- [To do]
This exercise calls for the line with "#82=ORIENTED_EDGE('',*,*,#51,.T.);", the line with "A parametric FreeCAD", and all lines between them in the material below, output exactly and with no other lines.

- [Input records]
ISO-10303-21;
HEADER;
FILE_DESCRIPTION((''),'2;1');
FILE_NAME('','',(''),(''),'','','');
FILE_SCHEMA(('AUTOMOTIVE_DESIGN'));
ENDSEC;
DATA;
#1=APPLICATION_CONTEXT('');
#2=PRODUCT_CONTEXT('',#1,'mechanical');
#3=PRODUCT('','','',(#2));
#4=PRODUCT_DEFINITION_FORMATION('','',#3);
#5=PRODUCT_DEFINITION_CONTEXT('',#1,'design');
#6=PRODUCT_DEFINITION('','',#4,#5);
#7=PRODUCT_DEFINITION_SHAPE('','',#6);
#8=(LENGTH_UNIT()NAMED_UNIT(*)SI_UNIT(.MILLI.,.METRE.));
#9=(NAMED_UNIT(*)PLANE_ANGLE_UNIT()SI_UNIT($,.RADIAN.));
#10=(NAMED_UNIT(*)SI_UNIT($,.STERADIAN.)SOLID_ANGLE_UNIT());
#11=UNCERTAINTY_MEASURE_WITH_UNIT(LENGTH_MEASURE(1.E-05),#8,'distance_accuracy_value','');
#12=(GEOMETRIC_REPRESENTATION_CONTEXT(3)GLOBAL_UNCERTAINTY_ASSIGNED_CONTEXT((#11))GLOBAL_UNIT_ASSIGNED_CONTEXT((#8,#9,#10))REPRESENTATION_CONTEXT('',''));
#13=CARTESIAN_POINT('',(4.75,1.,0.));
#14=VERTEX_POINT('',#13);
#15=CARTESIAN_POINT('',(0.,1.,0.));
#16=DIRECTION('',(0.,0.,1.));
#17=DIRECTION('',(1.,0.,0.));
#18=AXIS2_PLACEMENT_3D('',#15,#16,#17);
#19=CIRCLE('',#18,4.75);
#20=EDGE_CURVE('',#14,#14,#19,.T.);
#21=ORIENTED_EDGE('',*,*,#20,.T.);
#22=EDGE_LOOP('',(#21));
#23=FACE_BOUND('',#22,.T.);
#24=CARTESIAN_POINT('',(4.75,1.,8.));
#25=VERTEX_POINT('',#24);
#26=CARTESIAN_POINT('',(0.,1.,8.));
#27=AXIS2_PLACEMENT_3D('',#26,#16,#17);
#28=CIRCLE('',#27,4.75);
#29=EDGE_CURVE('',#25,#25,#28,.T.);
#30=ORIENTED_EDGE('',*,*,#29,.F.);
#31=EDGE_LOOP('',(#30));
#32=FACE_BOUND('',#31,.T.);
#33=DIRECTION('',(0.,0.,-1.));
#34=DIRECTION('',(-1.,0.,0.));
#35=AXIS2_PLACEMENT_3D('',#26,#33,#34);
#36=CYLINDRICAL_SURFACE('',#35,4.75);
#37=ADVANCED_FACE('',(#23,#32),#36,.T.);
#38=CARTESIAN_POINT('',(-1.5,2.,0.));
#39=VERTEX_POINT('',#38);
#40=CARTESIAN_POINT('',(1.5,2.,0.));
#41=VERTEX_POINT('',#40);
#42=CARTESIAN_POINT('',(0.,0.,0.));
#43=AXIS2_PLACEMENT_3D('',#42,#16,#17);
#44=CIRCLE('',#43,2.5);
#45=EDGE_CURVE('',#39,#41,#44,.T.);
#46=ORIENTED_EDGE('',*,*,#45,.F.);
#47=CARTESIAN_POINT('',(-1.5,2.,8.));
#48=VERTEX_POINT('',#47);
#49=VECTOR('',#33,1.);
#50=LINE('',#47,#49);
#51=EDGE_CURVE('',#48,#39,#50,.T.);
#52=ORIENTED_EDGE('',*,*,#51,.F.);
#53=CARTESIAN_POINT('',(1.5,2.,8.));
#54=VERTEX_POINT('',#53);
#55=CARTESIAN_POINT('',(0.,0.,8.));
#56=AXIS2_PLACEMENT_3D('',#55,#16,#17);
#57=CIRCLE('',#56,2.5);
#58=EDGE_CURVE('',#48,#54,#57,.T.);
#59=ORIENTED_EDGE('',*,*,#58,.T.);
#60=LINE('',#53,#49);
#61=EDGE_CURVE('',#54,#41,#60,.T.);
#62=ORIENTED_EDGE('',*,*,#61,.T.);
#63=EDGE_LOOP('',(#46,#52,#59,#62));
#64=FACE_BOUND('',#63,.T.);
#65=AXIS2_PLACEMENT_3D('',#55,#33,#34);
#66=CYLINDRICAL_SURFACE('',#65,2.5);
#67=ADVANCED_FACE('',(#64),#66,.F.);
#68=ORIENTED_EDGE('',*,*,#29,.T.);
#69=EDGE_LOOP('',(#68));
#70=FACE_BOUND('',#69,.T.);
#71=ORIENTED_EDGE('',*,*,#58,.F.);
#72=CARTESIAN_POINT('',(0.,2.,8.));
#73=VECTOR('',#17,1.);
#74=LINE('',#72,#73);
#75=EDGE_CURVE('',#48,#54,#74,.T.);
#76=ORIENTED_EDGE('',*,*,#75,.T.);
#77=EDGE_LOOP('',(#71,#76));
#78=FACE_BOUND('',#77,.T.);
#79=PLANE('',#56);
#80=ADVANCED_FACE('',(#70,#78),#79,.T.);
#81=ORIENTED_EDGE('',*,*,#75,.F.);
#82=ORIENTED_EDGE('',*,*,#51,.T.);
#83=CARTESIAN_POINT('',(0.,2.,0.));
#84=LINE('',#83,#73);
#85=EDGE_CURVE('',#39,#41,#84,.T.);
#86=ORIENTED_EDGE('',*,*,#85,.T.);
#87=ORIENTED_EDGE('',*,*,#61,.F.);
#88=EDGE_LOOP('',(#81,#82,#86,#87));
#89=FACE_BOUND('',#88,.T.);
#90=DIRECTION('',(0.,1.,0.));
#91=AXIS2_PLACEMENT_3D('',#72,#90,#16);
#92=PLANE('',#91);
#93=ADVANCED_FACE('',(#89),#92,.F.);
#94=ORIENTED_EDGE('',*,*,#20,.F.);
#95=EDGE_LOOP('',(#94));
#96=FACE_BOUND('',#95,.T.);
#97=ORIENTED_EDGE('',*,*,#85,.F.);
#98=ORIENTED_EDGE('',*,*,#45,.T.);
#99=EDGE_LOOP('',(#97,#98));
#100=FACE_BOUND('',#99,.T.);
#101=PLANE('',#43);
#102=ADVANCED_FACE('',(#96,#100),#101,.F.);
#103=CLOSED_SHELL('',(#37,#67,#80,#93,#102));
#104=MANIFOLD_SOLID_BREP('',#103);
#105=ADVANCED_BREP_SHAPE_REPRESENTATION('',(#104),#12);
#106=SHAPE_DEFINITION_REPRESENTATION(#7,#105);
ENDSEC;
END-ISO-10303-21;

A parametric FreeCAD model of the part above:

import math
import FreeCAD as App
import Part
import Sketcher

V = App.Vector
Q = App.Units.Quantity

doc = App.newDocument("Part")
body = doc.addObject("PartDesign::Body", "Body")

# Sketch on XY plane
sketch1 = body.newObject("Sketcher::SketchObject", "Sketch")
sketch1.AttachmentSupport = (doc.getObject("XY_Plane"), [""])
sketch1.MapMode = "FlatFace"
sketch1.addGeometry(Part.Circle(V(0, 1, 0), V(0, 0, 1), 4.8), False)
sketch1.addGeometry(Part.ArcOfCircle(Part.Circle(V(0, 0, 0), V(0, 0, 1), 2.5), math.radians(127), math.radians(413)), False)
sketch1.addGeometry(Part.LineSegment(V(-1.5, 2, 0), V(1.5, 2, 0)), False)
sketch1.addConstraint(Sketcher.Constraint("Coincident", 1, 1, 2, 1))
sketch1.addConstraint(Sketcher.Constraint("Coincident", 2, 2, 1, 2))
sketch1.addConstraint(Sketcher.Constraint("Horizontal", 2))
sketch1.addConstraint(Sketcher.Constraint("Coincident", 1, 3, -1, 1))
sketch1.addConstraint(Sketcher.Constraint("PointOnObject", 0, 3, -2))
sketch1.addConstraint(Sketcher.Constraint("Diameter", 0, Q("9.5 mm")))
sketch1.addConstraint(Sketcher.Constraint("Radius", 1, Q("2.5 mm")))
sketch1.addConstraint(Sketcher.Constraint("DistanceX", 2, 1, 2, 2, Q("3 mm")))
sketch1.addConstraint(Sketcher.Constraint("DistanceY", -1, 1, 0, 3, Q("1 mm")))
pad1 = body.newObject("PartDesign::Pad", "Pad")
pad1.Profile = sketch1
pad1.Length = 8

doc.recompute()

- [Answer space]
#82=ORIENTED_EDGE('',*,*,#51,.T.);
#83=CARTESIAN_POINT('',(0.,2.,0.));
#84=LINE('',#83,#73);
#85=EDGE_CURVE('',#39,#41,#84,.T.);
#86=ORIENTED_EDGE('',*,*,#85,.T.);
#87=ORIENTED_EDGE('',*,*,#61,.F.);
#88=EDGE_LOOP('',(#81,#82,#86,#87));
#89=FACE_BOUND('',#88,.T.);
#90=DIRECTION('',(0.,1.,0.));
#91=AXIS2_PLACEMENT_3D('',#72,#90,#16);
#92=PLANE('',#91);
#93=ADVANCED_FACE('',(#89),#92,.F.);
#94=ORIENTED_EDGE('',*,*,#20,.F.);
#95=EDGE_LOOP('',(#94));
#96=FACE_BOUND('',#95,.T.);
#97=ORIENTED_EDGE('',*,*,#85,.F.);
#98=ORIENTED_EDGE('',*,*,#45,.T.);
#99=EDGE_LOOP('',(#97,#98));
#100=FACE_BOUND('',#99,.T.);
#101=PLANE('',#43);
#102=ADVANCED_FACE('',(#96,#100),#101,.F.);
#103=CLOSED_SHELL('',(#37,#67,#80,#93,#102));
#104=MANIFOLD_SOLID_BREP('',#103);
#105=ADVANCED_BREP_SHAPE_REPRESENTATION('',(#104),#12);
#106=SHAPE_DEFINITION_REPRESENTATION(#7,#105);
ENDSEC;
END-ISO-10303-21;

A parametric FreeCAD model of the part above:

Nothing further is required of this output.